Stored dataset items
--

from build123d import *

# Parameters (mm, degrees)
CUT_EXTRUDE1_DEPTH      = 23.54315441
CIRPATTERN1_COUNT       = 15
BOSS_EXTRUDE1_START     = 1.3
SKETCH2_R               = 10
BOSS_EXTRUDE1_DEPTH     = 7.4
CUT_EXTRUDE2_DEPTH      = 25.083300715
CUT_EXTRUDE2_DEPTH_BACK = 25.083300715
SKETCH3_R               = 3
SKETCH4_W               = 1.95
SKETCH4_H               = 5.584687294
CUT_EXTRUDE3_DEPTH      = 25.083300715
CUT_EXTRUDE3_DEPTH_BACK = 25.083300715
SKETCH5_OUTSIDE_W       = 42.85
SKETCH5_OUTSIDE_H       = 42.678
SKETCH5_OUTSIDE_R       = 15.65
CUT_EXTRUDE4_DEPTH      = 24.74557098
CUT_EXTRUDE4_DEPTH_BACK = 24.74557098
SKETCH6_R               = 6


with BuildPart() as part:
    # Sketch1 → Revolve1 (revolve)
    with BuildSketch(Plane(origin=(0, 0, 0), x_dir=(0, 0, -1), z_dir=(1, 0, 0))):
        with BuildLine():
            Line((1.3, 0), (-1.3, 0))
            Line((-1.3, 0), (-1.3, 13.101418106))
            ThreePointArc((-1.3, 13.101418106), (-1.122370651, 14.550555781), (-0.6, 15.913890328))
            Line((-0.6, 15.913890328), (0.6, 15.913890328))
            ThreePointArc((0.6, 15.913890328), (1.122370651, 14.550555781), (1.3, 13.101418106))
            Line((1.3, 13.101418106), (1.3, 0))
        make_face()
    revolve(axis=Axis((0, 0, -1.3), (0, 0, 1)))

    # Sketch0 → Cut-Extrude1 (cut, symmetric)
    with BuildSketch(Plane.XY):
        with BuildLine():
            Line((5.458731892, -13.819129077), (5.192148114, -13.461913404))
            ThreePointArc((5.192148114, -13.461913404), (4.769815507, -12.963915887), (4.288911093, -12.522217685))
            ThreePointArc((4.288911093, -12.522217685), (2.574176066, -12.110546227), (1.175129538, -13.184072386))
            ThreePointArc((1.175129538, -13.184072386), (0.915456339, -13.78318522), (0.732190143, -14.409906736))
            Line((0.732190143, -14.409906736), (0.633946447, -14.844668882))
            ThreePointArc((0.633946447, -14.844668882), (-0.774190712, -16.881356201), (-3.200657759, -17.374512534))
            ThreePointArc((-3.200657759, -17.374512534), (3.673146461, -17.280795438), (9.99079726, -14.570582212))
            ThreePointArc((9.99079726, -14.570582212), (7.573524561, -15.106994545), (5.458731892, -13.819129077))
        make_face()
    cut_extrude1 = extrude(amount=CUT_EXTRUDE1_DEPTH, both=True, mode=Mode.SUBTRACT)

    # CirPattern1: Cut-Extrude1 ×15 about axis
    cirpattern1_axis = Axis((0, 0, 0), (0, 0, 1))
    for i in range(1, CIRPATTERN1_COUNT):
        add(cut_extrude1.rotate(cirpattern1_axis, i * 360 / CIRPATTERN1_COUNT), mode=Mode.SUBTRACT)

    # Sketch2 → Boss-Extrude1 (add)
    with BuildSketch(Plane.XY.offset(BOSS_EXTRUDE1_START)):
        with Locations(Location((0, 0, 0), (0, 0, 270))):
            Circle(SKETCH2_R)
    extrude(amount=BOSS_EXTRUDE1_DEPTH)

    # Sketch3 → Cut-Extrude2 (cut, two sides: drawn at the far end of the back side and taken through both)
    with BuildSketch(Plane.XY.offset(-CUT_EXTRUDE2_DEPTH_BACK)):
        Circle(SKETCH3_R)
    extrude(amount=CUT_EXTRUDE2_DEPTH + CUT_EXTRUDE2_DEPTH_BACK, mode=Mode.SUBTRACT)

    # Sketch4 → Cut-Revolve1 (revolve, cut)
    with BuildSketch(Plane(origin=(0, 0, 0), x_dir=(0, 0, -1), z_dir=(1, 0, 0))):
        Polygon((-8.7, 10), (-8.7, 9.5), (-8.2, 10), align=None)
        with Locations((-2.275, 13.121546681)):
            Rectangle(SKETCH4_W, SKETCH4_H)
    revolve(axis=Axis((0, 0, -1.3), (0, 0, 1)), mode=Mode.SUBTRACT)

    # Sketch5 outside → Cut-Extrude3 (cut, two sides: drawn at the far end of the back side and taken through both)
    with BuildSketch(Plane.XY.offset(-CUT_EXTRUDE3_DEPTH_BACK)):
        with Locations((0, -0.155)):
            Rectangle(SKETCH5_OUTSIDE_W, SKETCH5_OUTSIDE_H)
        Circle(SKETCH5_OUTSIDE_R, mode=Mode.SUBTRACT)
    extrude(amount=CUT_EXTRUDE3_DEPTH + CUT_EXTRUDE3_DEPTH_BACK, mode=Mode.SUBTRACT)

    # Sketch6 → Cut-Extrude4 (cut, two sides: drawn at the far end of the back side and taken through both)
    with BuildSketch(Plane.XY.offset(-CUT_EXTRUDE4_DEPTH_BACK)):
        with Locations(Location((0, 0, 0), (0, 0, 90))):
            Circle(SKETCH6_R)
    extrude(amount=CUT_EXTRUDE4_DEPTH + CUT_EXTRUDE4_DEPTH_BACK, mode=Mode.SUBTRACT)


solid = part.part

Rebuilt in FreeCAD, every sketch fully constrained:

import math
import FreeCAD as App
import Part
import Sketcher


def add_polygon(sketch, points):
    """Adds a closed chain of lines whose ends are joined by coincident constraints."""
    first, n = sketch.GeometryCount, len(points)
    for a, b in zip(points, points[1:] + points[:1]):
        sketch.addGeometry(Part.LineSegment(App.Vector(*a, 0), App.Vector(*b, 0)), False)
    for i in range(n):
        sketch.addConstraint(Sketcher.Constraint("Coincident", first + i, 2, first + (i + 1) % n, 1))

doc = App.newDocument("Part")
body = doc.addObject("PartDesign::Body", "Body")

# Sketch on YZ plane
sketch1 = body.newObject("Sketcher::SketchObject", "Sketch")
sketch1.AttachmentSupport = (doc.getObject("YZ_Plane"), [""])
sketch1.MapMode = "FlatFace"
sketch1.addGeometry([
    Part.LineSegment(App.Vector(0, 1.3, 0), App.Vector(0, -1.3, 0)),  # 0
    Part.LineSegment(App.Vector(0, -1.3, 0), App.Vector(13.101418, -1.3, 0)),  # 1
    Part.ArcOfCircle(Part.Circle(App.Vector(13.101418, 4.7, 0), App.Vector(0, 0, 1), 6), math.radians(-90), math.radians(-62.047113)),  # 2
    Part.LineSegment(App.Vector(15.91389, -0.6, 0), App.Vector(15.91389, 0.6, 0)),  # 3
    Part.ArcOfCircle(Part.Circle(App.Vector(13.101418, -4.7, 0), App.Vector(0, 0, 1), 6), math.radians(62.047113), math.radians(90)),  # 4
    Part.LineSegment(App.Vector(13.101418, 1.3, 0), App.Vector(0, 1.3, 0)),  # 5
], False)
sketch1.addConstraint([
    Sketcher.Constraint("Coincident", 0, 2, 1, 1),
    Sketcher.Constraint("Tangent", 1, 2, 2, 1),
    Sketcher.Constraint("Coincident", 2, 2, 3, 1),
    Sketcher.Constraint("Coincident", 3, 2, 4, 1),
    Sketcher.Constraint("Tangent", 4, 2, 5, 1),
    Sketcher.Constraint("Coincident", 5, 2, 0, 1),
    Sketcher.Constraint("Vertical", 0),
    Sketcher.Constraint("Horizontal", 1),
    Sketcher.Constraint("Vertical", 3),
    Sketcher.Constraint("Horizontal", 5),
    Sketcher.Constraint("Equal", 2, 4),
    Sketcher.Constraint("Symmetric", 0, 2, 5, 2, -1, 1),
    Sketcher.Constraint("Vertical", 2, 3, 4, 3),
    Sketcher.Constraint("Radius", 2, 6.0),
    Sketcher.Constraint("DistanceY", 0, 2, 0, 1, 2.6),
    Sketcher.Constraint("DistanceY", 3, 1, 3, 2, 1.2),
    Sketcher.Constraint("DistanceX", 1, 1, 1, 2, 13.101418),
])
revolution = body.newObject("PartDesign::Revolution", "Revolution")
revolution.Profile = sketch1
revolution.ReferenceAxis = (sketch1, ["V_Axis"])
revolution.Angle = 360

# Sketch on XY plane
sketch2 = body.newObject("Sketcher::SketchObject", "Sketch001")
sketch2.AttachmentSupport = (doc.getObject("XY_Plane"), [""])
sketch2.MapMode = "FlatFace"
sketch2.addGeometry([
    Part.LineSegment(App.Vector(5.458732, -13.819129, 0), App.Vector(5.192148, -13.461913, 0)),  # 0
    Part.ArcOfCircle(Part.Circle(App.Vector(0.986175, -16.600757, 0), App.Vector(0, 0, 1), 5.2481), math.radians(36.733333), math.radians(51)),  # 1
    Part.ArcOfCircle(Part.Circle(App.Vector(3, -14.11389, 0), App.Vector(0, 0, 1), 2.0481), math.radians(51), math.radians(153)),  # 2
    Part.ArcOfCircle(Part.Circle(App.Vector(5.851221, -15.56666, 0), App.Vector(0, 0, 1), 5.2481), math.radians(153), math.radians(167.266667)),  # 3
    Part.LineSegment(App.Vector(0.73219, -14.409907, 0), App.Vector(0.633946, -14.844669, 0)),  # 4
    Part.ArcOfCircle(Part.Circle(App.Vector(-2.6, -14.11389, 0), App.Vector(0, 0, 1), 3.315486), math.radians(-100.437761), math.radians(-12.733333)),  # 5
    Part.ArcOfCircle(Part.Circle(App.Vector(0, 0, 0), App.Vector(0, 0, 1), 17.666859), math.radians(-100.437761), math.radians(-55.562239)),  # 6
    Part.ArcOfCircle(Part.Circle(App.Vector(8.115855, -11.836165, 0), App.Vector(0, 0, 1), 3.315486), math.radians(-143.266667), math.radians(-55.562239)),  # 7
], False)
sketch2.addConstraint([
    Sketcher.Constraint("Tangent", 0, 2, 1, 1),
    Sketcher.Constraint("Tangent", 1, 2, 2, 1),
    Sketcher.Constraint("Tangent", 2, 2, 3, 1),
    Sketcher.Constraint("Tangent", 3, 2, 4, 1),
    Sketcher.Constraint("Tangent", 4, 2, 5, 2),
    Sketcher.Constraint("Tangent", 5, 1, 6, 1),
    Sketcher.Constraint("Tangent", 6, 2, 7, 2),
    Sketcher.Constraint("Tangent", 7, 1, 0, 1),
    Sketcher.Constraint("Coincident", 6, 3, -1, 1),
    Sketcher.Constraint("Equal", 1, 3),
    Sketcher.Constraint("Equal", 5, 7),
    Sketcher.Constraint("Horizontal", 2, 3, 5, 3),
    Sketcher.Constraint("Equal", 0, 4),
    Sketcher.Constraint("DistanceX", -1, 1, 2, 3, 3.0),
    Sketcher.Constraint("DistanceX", 5, 3, -1, 1, 2.6),
    Sketcher.Constraint("Radius", 1, 5.2481),
    Sketcher.Constraint("Radius", 2, 2.0481),
    Sketcher.Constraint("Radius", 6, 17.666859),
    Sketcher.Constraint("Radius", 5, 3.315486),
    Sketcher.Constraint("DistanceX", -1, 1, 3, 3, 5.851221),
    Sketcher.Constraint("DistanceX", -1, 1, 0, 2, 5.192148),
])
pocket1 = body.newObject("PartDesign::Pocket", "Pocket")
pocket1.Profile = sketch2
pocket1.Length = 47.086309
pocket1.Midplane = True
doc.recompute()

polarpattern = body.newObject("PartDesign::PolarPattern", "PolarPattern")
polarpattern.Originals = [pocket1]
polarpattern.Axis = (doc.getObject("Z_Axis"), [""])
polarpattern.Angle = 360
polarpattern.Occurrences = 15
body.Tip = polarpattern

# Sketch on XY plane
sketch3 = body.newObject("Sketcher::SketchObject", "Sketch002")
sketch3.AttachmentSupport = (doc.getObject("XY_Plane"), [""])
sketch3.MapMode = "FlatFace"
sketch3.AttachmentOffset = App.Placement(App.Vector(0, 0, 1.3), App.Rotation())
sketch3.addGeometry(Part.Circle(App.Vector(0, 0, 0), App.Vector(0, 0, 1), 10), False)
sketch3.addConstraint([
    Sketcher.Constraint("Coincident", 0, 3, -1, 1),
    Sketcher.Constraint("Diameter", 0, 20.0),
])
pad1 = body.newObject("PartDesign::Pad", "Pad")
pad1.Profile = sketch3
pad1.Length = 7.4

# Sketch on XY plane
sketch4 = body.newObject("Sketcher::SketchObject", "Sketch003")
sketch4.AttachmentSupport = (doc.getObject("XY_Plane"), [""])
sketch4.MapMode = "FlatFace"
sketch4.addGeometry(Part.Circle(App.Vector(0, 0, 0), App.Vector(0, 0, 1), 3), False)
sketch4.addConstraint([
    Sketcher.Constraint("Coincident", 0, 3, -1, 1),
    Sketcher.Constraint("Diameter", 0, 6.0),
])
pocket2 = body.newObject("PartDesign::Pocket", "Pocket001")
pocket2.Profile = sketch4
pocket2.Type = "ThroughAll"
pocket2.Midplane = True

# Sketch on YZ plane
sketch5 = body.newObject("Sketcher::SketchObject", "Sketch004")
sketch5.AttachmentSupport = (doc.getObject("YZ_Plane"), [""])
sketch5.MapMode = "FlatFace"
add_polygon(sketch5, [(10, 8.7), (9.5, 8.7), (10, 8.2)])  # lines 0-2
add_polygon(sketch5, [(15.91389, 3.25), (10.329203, 3.25), (10.329203, 1.3), (15.91389, 1.3)])  # lines 3-6
sketch5.addConstraint([
    Sketcher.Constraint("Horizontal", 0),
    Sketcher.Constraint("Vertical", 2),
    Sketcher.Constraint("Horizontal", 3),
    Sketcher.Constraint("Vertical", 4),
    Sketcher.Constraint("Horizontal", 5),
    Sketcher.Constraint("Vertical", 6),
    Sketcher.Constraint("Equal", 0, 2),
    Sketcher.Constraint("DistanceX", 0, 2, 0, 1, 0.5),
    Sketcher.Constraint("DistanceX", -1, 1, 1, 2, 10.0),
    Sketcher.Constraint("DistanceY", 4, 2, 4, 1, 1.95),
    Sketcher.Constraint("DistanceY", -1, 1, 0, 2, 8.7),
    Sketcher.Constraint("DistanceY", -1, 1, 4, 2, 1.3),
    Sketcher.Constraint("DistanceX", 3, 2, 3, 1, 5.584687),
    Sketcher.Constraint("DistanceX", -1, 1, 5, 2, 15.91389),
])
groove = body.newObject("PartDesign::Groove", "Groove")
groove.Profile = sketch5
groove.ReferenceAxis = (sketch5, ["V_Axis"])
groove.Angle = 360

# Sketch on XY plane
sketch6 = body.newObject("Sketcher::SketchObject", "Sketch005")
sketch6.AttachmentSupport = (doc.getObject("XY_Plane"), [""])
sketch6.MapMode = "FlatFace"
add_polygon(sketch6, [(-21.425, 21.184), (-21.425, -21.494), (21.425, -21.494), (21.425, 21.184)])  # lines 0-3
sketch6.addGeometry(Part.Circle(App.Vector(0, 0, 0), App.Vector(0, 0, 1), 15.65), False)  # 4
sketch6.addConstraint([
    Sketcher.Constraint("Vertical", 0),
    Sketcher.Constraint("Horizontal", 1),
    Sketcher.Constraint("Vertical", 2),
    Sketcher.Constraint("Horizontal", 3),
    Sketcher.Constraint("Coincident", 4, 3, -1, 1),
    Sketcher.Constraint("Diameter", 4, 31.3),
    Sketcher.Constraint("DistanceX", 1, 1, 1, 2, 42.85),
    Sketcher.Constraint("DistanceY", 0, 2, 0, 1, 42.678),
    Sketcher.Constraint("DistanceX", 0, 2, -1, 1, 21.425),
    Sketcher.Constraint("DistanceY", 0, 2, -1, 1, 21.494),
])
pocket3 = body.newObject("PartDesign::Pocket", "Pocket002")
pocket3.Profile = sketch6
pocket3.Type = "ThroughAll"
pocket3.Midplane = True

# Sketch on XY plane
sketch7 = body.newObject("Sketcher::SketchObject", "Sketch006")
sketch7.AttachmentSupport = (doc.getObject("XY_Plane"), [""])
sketch7.MapMode = "FlatFace"
sketch7.addGeometry(Part.Circle(App.Vector(0, 0, 0), App.Vector(0, 0, 1), 6), False)
sketch7.addConstraint([
    Sketcher.Constraint("Coincident", 0, 3, -1, 1),
    Sketcher.Constraint("Diameter", 0, 12.0),
])
pocket4 = body.newObject("PartDesign::Pocket", "Pocket003")
pocket4.Profile = sketch7
pocket4.Type = "ThroughAll"
pocket4.Midplane = True

doc.recompute()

--

- Brief:
Look above for the line with "# Sketch6 →" and the line with "Rebuilt in FreeCAD, every", and reproduce exactly those two lines plus every line between, nothing more.

- Task answer:
    # Sketch6 → Cut-Extrude4 (cut, two sides: drawn at the far end of the back side and taken through both)
    with BuildSketch(Plane.XY.offset(-CUT_EXTRUDE4_DEPTH_BACK)):
        with Locations(Location((0, 0, 0), (0, 0, 90))):
            Circle(SKETCH6_R)
    extrude(amount=CUT_EXTRUDE4_DEPTH + CUT_EXTRUDE4_DEPTH_BACK, mode=Mode.SUBTRACT)


solid = part.part

Rebuilt in FreeCAD, every sketch fully constrained:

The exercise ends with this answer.